- Your instructions -
In full and without alteration, print the entries.
***** Given records
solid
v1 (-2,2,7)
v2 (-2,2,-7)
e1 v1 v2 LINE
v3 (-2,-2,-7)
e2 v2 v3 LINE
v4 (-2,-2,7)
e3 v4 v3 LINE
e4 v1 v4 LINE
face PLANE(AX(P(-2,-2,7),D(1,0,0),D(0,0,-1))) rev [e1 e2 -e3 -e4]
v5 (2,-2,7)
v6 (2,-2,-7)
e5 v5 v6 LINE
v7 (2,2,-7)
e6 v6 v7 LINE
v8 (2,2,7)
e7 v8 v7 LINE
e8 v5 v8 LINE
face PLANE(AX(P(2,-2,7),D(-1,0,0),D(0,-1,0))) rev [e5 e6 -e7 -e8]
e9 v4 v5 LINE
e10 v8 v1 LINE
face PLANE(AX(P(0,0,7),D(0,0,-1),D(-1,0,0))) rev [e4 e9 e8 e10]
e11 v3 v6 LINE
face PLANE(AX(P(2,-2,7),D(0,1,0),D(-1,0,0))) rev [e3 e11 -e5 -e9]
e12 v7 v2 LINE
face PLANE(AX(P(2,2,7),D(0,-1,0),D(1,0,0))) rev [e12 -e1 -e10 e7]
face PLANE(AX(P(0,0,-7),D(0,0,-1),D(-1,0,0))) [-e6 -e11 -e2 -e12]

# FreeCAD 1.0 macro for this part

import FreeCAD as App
import Part
import Sketcher

V = App.Vector
Q = App.Units.Quantity

doc = App.newDocument("Part")
body = doc.addObject("PartDesign::Body", "Body")

sketch1 = doc.addObject("Sketcher::SketchObject", "Sketch")
body.addObject(sketch1)
sketch1.AttachmentSupport = (doc.XY_Plane, [""])
sketch1.MapMode = "FlatFace"
sketch1.addGeometry([
    Part.LineSegment(V(-2, 2, 0), V(-2, -2, 0)),
    Part.LineSegment(V(-2, -2, 0), V(2, -2, 0)),
    Part.LineSegment(V(2, -2, 0), V(2, 2, 0)),
    Part.LineSegment(V(2, 2, 0), V(-2, 2, 0)),
], False)
sketch1.addConstraint([
    Sketcher.Constraint("Coincident", 0, 2, 1, 1),
    Sketcher.Constraint("Coincident", 1, 2, 2, 1),
    Sketcher.Constraint("Coincident", 2, 2, 3, 1),
    Sketcher.Constraint("Coincident", 3, 2, 0, 1),
    Sketcher.Constraint("Vertical", 0),
    Sketcher.Constraint("Horizontal", 1),
    Sketcher.Constraint("Vertical", 2),
    Sketcher.Constraint("Horizontal", 3),
    Sketcher.Constraint("Symmetric", 0, 2, 2, 2, -1, 1),
    Sketcher.Constraint("Equal", 3, 0),
    Sketcher.Constraint("DistanceX", 1, 1, 1, 2, Q("4 mm")),
])
pad1 = doc.addObject("PartDesign::Pad", "Pad")
body.addObject(pad1)
pad1.Profile = sketch1
pad1.Type = "TwoLengths"
pad1.Length = 7
pad1.Length2 = 7

doc.recompute()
**********
- Exercise result -
solid
v1 (-2,2,7)
v2 (-2,2,-7)
e1 v1 v2 LINE
v3 (-2,-2,-7)
e2 v2 v3 LINE
v4 (-2,-2,7)
e3 v4 v3 LINE
e4 v1 v4 LINE
face PLANE(AX(P(-2,-2,7),D(1,0,0),D(0,0,-1))) rev [e1 e2 -e3 -e4]
v5 (2,-2,7)
v6 (2,-2,-7)
e5 v5 v6 LINE
v7 (2,2,-7)
e6 v6 v7 LINE
v8 (2,2,7)
e7 v8 v7 LINE
e8 v5 v8 LINE
face PLANE(AX(P(2,-2,7),D(-1,0,0),D(0,-1,0))) rev [e5 e6 -e7 -e8]
e9 v4 v5 LINE
e10 v8 v1 LINE
face PLANE(AX(P(0,0,7),D(0,0,-1),D(-1,0,0))) rev [e4 e9 e8 e10]
e11 v3 v6 LINE
face PLANE(AX(P(2,-2,7),D(0,1,0),D(-1,0,0))) rev [e3 e11 -e5 -e9]
e12 v7 v2 LINE
face PLANE(AX(P(2,2,7),D(0,-1,0),D(1,0,0))) rev [e12 -e1 -e10 e7]
face PLANE(AX(P(0,0,-7),D(0,0,-1),D(-1,0,0))) [-e6 -e11 -e2 -e12]

# FreeCAD 1.0 macro for this part

import FreeCAD as App
import Part
import Sketcher

V = App.Vector
Q = App.Units.Quantity

doc = App.newDocument("Part")
body = doc.addObject("PartDesign::Body", "Body")

sketch1 = doc.addObject("Sketcher::SketchObject", "Sketch")
body.addObject(sketch1)
sketch1.AttachmentSupport = (doc.XY_Plane, [""])
sketch1.MapMode = "FlatFace"
sketch1.addGeometry([
    Part.LineSegment(V(-2, 2, 0), V(-2, -2, 0)),
    Part.LineSegment(V(-2, -2, 0), V(2, -2, 0)),
    Part.LineSegment(V(2, -2, 0), V(2, 2, 0)),
    Part.LineSegment(V(2, 2, 0), V(-2, 2, 0)),
], False)
sketch1.addConstraint([
    Sketcher.Constraint("Coincident", 0, 2, 1, 1),
    Sketcher.Constraint("Coincident", 1, 2, 2, 1),
    Sketcher.Constraint("Coincident", 2, 2, 3, 1),
    Sketcher.Constraint("Coincident", 3, 2, 0, 1),
    Sketcher.Constraint("Vertical", 0),
    Sketcher.Constraint("Horizontal", 1),
    Sketcher.Constraint("Vertical", 2),
    Sketcher.Constraint("Horizontal", 3),
    Sketcher.Constraint("Symmetric", 0, 2, 2, 2, -1, 1),
    Sketcher.Constraint("Equal", 3, 0),
    Sketcher.Constraint("DistanceX", 1, 1, 1, 2, Q("4 mm")),
])
pad1 = doc.addObject("PartDesign::Pad", "Pad")
body.addObject(pad1)
pad1.Profile = sketch1
pad1.Type = "TwoLengths"
pad1.Length = 7
pad1.Length2 = 7

doc.recompute()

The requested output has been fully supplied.